Il chimico Fritz Strassmann aveva le carte in regola per una brillante carriera, ma la sua avversione per il nazismo gli rese le cose difficili. Quando l'associazione dei chimici tedeschi fu “nazificata”, Strassmann la lasciò, una scelta che gli precluse opportunità di lavoro in ambito accademico e privato. Ebbe comunque l'occasione di dimostrare le sue capacità quando Otto Hahn e Lise Meitner “riuscirono a procurargli un incarico di assistente a mezza paga”. Durante la guerra, ricorda Ball, Strassmann e la moglie nascosero nel loro appartamento un amico ebreo (pp.167-168).
Se rara fu l'opposizione aperta al nazismo, rara fu anche l'adesione convinta. “Solo un'esigua minoranza degli scienziati” scrive Ball “abbracciò con entusiasmo le dottrine nefaste del nazionalsocialismo” (p.5).
Di questa minoranza fecero parte Philipp Lenard e Johannes Stark, due fisici di fama che erano stati anche insigniti del premio Nobel, rispettivamente nel 1905 e nel 1919. “Un premio Nobel” osserva l'autore “non è garanzia di saggezza, umanità o grandezza di alcun tipo” (p.89). Ball ritiene, peraltro, che l'assegnazione del prestigioso riconoscimento non debba neppure essere sopravvalutata nel caso di Lenard e Stark. Lenard, secondo il giudizio dell'autore, “era un uomo insignificante: ottimo scienziato sperimentale nei momenti migliori, ma con una limitata profondità intellettuale” (p.89). Stark era “uno sperimentale confuso dalla complessità matematica che era entrata di recente a far parte della fisica” (p.94) e, “essendo un mediocre a cui era toccato un colpo di fortuna, si ritrovò scavalcato per incarichi accademici che era convinto di meritare” (p.95).
Lenard, “dato che non aveva una buona preparazione matematica, non padroneggiò la relatività né la meccanica quantistica e di conseguenza decise che non avessero senso” (p.91). Cominciò già negli anni Venti a blaterare su una “scienza ebraica” che sarebbe stata, a suo dire, connotata da astrattezza e priva di legami con la concretezza sperimentale. Principale bersaglio dei deliranti attacchi di Lenard era Albert Einstein (p.91).
Lenard e Stark vaneggiavano su una Deutsche Physik (“fisica tedesca”) da contrapporre alla “scienza ebraica”, ma si può dire, con le parole di Ball, che “la loro definizione di «scienza ebraica» consistesse più o meno in qualunque cosa i due non comprendessero, e che includessero nella «cricca ebraica» chiunque minacciasse di surclassarli scientificamente” (p.95).

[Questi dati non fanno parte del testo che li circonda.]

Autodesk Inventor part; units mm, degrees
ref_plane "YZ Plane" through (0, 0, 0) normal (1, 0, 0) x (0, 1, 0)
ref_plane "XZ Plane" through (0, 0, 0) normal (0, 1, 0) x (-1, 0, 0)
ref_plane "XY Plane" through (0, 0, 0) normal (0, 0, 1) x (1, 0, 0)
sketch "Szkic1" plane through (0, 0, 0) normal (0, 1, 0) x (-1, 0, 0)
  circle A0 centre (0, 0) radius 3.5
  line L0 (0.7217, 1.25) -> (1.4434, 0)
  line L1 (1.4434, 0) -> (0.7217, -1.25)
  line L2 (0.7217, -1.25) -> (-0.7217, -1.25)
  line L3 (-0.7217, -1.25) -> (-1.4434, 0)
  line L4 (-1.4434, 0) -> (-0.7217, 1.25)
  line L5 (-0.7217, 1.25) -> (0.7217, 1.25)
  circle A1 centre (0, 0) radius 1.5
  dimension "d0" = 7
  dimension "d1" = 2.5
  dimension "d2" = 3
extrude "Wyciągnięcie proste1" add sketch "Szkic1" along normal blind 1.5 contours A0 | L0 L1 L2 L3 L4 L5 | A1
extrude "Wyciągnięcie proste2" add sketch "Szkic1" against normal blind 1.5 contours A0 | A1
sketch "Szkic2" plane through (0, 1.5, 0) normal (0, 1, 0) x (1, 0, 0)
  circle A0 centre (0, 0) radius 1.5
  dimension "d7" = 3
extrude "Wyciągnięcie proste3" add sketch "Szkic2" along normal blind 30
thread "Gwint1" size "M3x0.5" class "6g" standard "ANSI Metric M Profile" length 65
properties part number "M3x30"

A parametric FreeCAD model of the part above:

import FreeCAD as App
import Part
import Sketcher

V = App.Vector
Q = App.Units.Quantity

doc = App.newDocument("Part")
body = doc.addObject("PartDesign::Body", "Body")

# Sketch on XZ plane
sketch1 = body.newObject("Sketcher::SketchObject", "Sketch")
sketch1.AttachmentSupport = (doc.getObject("XZ_Plane"), [""])
sketch1.MapMode = "FlatFace"
sketch1.addGeometry(Part.Circle(V(0, 0, 0), V(0, 0, 1), 3.5), False)
sketch1.addConstraint([
    Sketcher.Constraint("Coincident", 0, 3, -1, 1),
    Sketcher.Constraint("Diameter", 0, 7.0),
])
pad1 = body.newObject("PartDesign::Pad", "Pad")
pad1.Profile = sketch1
pad1.Length = 1.5
pad1.Reversed = True

# Sketch on XZ plane
sketch2 = body.newObject("Sketcher::SketchObject", "Sketch001")
sketch2.AttachmentSupport = (doc.getObject("XZ_Plane"), [""])
sketch2.MapMode = "FlatFace"
sketch2.addGeometry([
    Part.Circle(V(0, 0, 0), V(0, 0, 1), 3.5),  # 0
    Part.LineSegment(V(-0.7217, 1.25, 0), V(-1.4434, 0, 0)),  # 1
    Part.LineSegment(V(-1.4434, 0, 0), V(-0.7217, -1.25, 0)),  # 2
    Part.LineSegment(V(-0.7217, -1.25, 0), V(0.7217, -1.25, 0)),  # 3
    Part.LineSegment(V(0.7217, -1.25, 0), V(1.4434, 0, 0)),  # 4
    Part.LineSegment(V(1.4434, 0, 0), V(0.7217, 1.25, 0)),  # 5
    Part.LineSegment(V(0.7217, 1.25, 0), V(-0.7217, 1.25, 0)),  # 6
], False)
sketch2.addConstraint([
    Sketcher.Constraint("Coincident", 1, 2, 2, 1),
    Sketcher.Constraint("Coincident", 2, 2, 3, 1),
    Sketcher.Constraint("Coincident", 3, 2, 4, 1),
    Sketcher.Constraint("Coincident", 4, 2, 5, 1),
    Sketcher.Constraint("Coincident", 5, 2, 6, 1),
    Sketcher.Constraint("Coincident", 6, 2, 1, 1),
    Sketcher.Constraint("Horizontal", 3),
    Sketcher.Constraint("Horizontal", 6),
    Sketcher.Constraint("Coincident", 0, 3, -1, 1),
    Sketcher.Constraint("Symmetric", 1, 2, 4, 2, -1, 1),
    Sketcher.Constraint("Symmetric", 2, 2, 5, 2, -1, 1),
    Sketcher.Constraint("PointOnObject", 1, 2, -1),
    Sketcher.Constraint("Parallel", 1, 4),
    Sketcher.Constraint("Vertical", 3, 2, 5, 2),
    Sketcher.Constraint("Diameter", 0, 7.0),
    Sketcher.Constraint("DistanceY", 3, 2, 5, 2, 2.5),
    Sketcher.Constraint("Angle", 1, Q("-120.0004 deg")),
    Sketcher.Constraint("DistanceX", 3, 1, 3, 2, 1.4434),
])
pad2 = body.newObject("PartDesign::Pad", "Pad001")
pad2.Profile = sketch2
pad2.Length = 1.5

# Sketch on XZ plane
sketch3 = body.newObject("Sketcher::SketchObject", "Sketch002")
sketch3.AttachmentSupport = (doc.getObject("XZ_Plane"), [""])
sketch3.MapMode = "FlatFace"
sketch3.AttachmentOffset = App.Placement(V(0, 0, -1.5), App.Rotation())
sketch3.addGeometry(Part.Circle(V(0, 0, 0), V(0, 0, 1), 1.5), False)
sketch3.addConstraint([
    Sketcher.Constraint("Coincident", 0, 3, -1, 1),
    Sketcher.Constraint("Diameter", 0, 3.0),
])
pad3 = body.newObject("PartDesign::Pad", "Pad002")
pad3.Profile = sketch3
pad3.Length = 30
pad3.Reversed = True

doc.recompute()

Nonostante fosse in linea con il delirante antisemitismo nazista, la Deutsche Physik non riscosse all'interno del regime il successo che Lenard e Stark avrebbero voluto e fu “in definitiva ignorata” (p.89). In fin dei conti, per quanto vomitasse assurdità razziste, “la dirigenza politica era interessata ai risultati pratici”. L'autore, inoltre, ritiene che Lenard e Stark non fossero neppure abili a muoversi negli ambienti politici e che “Stark, in particolare, era più bravo a opporsi ai gerarchi del partito che a convincerli. […] Stark appoggiò spesso la fazione sbagliata: in campo politico non aveva più buon senso che in quello scientifico” (p.109).
Quale che sia l'esito dei tentativi dei suoi sostenitori, la vicenda della Deutsche Physik comunque “annichilisce il mito confortante che le scienze isolino dall'estremismo e da una profonda irrazionalità” (p.89).